To do → Output only the lines below that start at the line containing "#159=AXIS2_PLACEMENT_3D('',#148,#157,#158);" and end at the line containing "#164=ELLIPSE('',#140,10.814293,10.65);", with both ends kept.
Data listing Start Marker
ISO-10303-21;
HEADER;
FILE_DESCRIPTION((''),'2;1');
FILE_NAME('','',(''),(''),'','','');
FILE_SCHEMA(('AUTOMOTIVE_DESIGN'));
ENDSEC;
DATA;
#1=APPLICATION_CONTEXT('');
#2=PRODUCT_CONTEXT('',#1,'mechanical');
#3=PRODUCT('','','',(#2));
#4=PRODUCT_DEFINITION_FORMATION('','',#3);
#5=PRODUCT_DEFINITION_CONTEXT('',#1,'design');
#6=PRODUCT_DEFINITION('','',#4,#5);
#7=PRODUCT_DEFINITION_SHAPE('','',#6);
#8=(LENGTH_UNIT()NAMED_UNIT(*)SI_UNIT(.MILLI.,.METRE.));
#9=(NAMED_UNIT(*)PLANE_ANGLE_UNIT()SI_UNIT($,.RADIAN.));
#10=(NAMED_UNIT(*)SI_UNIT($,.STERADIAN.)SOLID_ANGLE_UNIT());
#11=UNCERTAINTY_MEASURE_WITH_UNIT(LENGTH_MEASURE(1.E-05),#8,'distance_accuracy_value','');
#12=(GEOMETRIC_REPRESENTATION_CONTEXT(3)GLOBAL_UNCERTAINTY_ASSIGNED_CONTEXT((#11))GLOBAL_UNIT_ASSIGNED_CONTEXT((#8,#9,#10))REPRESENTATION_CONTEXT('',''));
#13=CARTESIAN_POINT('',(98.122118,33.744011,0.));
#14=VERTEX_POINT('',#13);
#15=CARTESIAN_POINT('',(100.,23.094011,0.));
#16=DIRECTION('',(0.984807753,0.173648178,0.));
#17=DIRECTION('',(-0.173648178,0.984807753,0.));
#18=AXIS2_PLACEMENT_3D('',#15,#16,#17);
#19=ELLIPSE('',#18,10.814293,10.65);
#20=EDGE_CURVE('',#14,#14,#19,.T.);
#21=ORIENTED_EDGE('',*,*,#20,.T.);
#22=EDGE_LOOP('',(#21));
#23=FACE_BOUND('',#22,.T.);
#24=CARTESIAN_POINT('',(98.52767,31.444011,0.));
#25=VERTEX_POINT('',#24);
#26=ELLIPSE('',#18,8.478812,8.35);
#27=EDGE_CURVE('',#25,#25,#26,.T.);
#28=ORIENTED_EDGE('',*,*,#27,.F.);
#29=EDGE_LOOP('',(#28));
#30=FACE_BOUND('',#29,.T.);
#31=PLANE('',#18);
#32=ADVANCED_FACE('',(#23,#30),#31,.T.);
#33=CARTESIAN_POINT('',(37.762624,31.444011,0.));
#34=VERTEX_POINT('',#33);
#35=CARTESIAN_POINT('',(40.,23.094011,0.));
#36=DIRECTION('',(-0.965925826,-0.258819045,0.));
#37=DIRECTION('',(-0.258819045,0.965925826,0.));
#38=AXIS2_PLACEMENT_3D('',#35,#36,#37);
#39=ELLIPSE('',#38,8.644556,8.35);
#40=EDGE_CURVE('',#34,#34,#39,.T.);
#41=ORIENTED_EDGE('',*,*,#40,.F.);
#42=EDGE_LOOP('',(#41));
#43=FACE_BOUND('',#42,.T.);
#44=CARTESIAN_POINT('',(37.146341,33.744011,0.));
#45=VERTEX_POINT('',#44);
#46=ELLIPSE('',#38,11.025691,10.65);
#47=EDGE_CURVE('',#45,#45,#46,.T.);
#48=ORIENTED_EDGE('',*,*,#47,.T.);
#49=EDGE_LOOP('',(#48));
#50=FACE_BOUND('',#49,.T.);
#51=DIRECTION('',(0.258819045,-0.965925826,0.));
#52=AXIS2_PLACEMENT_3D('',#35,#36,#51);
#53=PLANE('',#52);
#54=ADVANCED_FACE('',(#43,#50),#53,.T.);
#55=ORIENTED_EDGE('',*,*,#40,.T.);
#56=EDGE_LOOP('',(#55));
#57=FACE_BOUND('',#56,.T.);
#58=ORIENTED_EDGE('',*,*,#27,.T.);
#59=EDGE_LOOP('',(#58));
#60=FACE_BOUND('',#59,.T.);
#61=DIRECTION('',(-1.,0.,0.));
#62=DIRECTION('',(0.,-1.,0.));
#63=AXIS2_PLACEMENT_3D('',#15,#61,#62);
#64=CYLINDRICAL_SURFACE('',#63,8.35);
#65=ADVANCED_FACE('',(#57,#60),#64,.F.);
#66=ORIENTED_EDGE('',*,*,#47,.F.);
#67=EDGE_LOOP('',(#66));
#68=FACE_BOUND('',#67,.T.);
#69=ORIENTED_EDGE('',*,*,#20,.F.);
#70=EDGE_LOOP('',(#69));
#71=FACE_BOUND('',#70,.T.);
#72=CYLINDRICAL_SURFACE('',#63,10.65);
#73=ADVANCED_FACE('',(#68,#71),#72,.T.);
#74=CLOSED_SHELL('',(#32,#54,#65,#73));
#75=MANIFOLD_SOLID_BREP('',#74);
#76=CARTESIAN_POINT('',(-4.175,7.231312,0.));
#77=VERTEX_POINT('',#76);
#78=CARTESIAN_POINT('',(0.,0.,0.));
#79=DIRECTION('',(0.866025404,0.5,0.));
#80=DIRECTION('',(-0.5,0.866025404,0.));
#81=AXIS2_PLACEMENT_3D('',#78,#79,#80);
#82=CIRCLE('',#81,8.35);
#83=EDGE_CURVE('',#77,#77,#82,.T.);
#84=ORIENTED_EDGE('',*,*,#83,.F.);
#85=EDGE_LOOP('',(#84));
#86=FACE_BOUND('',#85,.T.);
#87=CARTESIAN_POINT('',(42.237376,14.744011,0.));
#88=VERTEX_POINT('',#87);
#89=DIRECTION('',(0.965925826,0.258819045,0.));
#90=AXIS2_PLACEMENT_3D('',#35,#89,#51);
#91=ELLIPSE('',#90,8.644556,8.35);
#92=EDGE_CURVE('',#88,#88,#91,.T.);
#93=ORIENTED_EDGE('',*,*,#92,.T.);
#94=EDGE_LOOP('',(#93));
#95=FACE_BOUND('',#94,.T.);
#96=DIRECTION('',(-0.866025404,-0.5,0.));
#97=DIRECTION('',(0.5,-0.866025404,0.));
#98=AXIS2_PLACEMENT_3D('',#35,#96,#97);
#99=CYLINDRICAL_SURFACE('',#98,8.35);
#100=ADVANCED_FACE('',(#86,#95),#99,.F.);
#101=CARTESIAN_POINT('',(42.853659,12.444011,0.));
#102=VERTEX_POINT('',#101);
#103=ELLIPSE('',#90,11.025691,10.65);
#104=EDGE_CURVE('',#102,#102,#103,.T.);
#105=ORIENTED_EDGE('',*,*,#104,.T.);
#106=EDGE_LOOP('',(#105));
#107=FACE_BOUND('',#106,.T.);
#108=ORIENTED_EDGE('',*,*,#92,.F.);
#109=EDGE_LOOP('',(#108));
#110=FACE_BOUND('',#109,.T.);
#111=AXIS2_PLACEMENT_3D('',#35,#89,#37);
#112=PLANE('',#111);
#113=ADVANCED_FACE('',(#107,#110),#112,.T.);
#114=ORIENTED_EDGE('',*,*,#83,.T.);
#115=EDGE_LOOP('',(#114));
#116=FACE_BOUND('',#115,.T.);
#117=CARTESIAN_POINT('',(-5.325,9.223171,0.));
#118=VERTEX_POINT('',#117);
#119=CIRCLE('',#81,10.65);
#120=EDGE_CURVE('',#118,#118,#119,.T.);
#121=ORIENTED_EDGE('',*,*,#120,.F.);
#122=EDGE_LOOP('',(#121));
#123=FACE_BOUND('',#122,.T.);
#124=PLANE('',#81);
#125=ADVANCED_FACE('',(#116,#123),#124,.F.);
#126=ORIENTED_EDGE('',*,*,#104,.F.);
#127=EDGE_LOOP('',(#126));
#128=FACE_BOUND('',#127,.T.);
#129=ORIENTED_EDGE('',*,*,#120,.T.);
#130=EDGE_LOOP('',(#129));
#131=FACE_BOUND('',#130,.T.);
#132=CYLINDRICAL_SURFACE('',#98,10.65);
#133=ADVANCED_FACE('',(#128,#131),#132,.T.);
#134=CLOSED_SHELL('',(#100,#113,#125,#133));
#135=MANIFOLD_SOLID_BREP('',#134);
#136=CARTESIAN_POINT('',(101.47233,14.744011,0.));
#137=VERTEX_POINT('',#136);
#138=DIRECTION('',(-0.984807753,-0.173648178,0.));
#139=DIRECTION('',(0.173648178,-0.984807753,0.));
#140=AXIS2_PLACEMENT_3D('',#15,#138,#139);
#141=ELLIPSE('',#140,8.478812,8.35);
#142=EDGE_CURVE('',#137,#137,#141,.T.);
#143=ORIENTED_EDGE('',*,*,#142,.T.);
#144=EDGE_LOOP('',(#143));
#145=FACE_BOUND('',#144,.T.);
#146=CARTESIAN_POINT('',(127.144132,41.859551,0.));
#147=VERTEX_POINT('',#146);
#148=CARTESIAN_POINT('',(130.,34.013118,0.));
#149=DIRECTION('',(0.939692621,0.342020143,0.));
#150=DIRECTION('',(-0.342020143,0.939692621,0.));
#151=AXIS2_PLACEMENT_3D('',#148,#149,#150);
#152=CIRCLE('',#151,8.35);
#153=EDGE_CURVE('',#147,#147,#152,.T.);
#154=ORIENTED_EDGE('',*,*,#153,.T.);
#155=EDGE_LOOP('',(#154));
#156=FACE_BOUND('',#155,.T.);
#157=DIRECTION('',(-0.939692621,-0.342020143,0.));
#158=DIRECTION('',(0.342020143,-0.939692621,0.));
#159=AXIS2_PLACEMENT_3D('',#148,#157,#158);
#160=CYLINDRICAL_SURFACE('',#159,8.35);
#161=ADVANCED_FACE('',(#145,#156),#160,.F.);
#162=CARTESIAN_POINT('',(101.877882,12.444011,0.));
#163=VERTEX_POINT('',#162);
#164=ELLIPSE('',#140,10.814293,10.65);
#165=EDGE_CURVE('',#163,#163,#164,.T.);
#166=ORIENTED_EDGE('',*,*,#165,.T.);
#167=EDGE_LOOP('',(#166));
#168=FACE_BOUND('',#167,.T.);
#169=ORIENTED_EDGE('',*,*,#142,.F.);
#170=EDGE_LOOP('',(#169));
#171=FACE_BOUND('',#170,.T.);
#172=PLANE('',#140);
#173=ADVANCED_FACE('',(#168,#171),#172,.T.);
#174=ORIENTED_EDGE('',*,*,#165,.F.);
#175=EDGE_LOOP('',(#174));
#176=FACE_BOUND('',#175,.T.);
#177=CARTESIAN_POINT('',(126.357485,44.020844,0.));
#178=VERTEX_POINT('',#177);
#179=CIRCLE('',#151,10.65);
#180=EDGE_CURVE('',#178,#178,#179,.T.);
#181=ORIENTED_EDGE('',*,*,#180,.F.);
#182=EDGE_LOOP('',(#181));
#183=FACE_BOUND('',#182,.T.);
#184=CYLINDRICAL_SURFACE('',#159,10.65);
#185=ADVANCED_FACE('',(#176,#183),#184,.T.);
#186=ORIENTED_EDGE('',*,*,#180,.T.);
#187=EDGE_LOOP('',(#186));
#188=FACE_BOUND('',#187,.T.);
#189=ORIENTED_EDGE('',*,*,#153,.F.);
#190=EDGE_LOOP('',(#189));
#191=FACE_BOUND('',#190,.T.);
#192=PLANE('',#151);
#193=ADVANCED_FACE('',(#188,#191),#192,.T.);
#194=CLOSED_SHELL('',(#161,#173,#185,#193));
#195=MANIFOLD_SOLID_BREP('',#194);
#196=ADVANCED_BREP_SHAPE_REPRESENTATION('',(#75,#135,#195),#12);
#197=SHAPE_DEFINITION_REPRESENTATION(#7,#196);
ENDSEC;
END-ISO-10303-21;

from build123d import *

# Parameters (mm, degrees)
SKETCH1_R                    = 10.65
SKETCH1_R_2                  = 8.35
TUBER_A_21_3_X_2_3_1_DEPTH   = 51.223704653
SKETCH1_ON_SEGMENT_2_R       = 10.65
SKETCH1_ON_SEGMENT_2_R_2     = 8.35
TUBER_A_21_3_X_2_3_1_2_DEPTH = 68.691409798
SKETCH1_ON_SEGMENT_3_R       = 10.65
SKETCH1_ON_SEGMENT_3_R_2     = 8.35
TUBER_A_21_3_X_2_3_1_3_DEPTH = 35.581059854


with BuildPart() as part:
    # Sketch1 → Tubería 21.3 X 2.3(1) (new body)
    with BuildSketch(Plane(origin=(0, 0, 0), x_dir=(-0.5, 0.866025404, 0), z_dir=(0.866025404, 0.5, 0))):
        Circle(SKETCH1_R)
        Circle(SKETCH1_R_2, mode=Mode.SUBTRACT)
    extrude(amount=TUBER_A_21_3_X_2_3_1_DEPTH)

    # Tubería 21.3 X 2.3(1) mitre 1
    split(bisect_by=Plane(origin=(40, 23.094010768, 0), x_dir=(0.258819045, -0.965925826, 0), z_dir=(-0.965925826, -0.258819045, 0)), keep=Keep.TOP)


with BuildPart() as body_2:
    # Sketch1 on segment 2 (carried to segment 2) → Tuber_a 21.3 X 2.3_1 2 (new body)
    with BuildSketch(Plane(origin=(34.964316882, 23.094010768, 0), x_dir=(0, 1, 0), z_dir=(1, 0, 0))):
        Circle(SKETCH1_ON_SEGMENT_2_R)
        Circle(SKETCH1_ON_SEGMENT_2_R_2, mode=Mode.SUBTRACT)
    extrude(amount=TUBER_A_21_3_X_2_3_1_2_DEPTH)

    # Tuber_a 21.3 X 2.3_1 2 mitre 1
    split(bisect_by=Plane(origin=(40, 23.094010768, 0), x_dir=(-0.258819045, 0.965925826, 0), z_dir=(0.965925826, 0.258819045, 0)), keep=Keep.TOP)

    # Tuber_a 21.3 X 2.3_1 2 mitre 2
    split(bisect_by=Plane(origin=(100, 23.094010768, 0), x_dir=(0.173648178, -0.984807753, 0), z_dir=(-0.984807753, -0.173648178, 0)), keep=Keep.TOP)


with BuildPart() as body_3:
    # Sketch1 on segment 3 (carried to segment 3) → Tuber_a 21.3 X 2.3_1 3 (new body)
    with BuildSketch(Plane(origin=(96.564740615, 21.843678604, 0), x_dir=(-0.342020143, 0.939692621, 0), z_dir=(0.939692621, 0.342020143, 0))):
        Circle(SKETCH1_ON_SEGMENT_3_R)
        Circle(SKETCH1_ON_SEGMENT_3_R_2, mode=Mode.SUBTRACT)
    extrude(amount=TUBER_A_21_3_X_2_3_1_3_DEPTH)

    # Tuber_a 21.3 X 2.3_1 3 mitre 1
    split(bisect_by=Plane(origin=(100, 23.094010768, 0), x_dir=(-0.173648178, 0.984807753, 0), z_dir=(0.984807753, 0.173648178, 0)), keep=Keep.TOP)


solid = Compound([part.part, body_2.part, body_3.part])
Data listing End Marker
Task answer →
#159=AXIS2_PLACEMENT_3D('',#148,#157,#158);
#160=CYLINDRICAL_SURFACE('',#159,8.35);
#161=ADVANCED_FACE('',(#145,#156),#160,.F.);
#162=CARTESIAN_POINT('',(101.877882,12.444011,0.));
#163=VERTEX_POINT('',#162);
#164=ELLIPSE('',#140,10.814293,10.65);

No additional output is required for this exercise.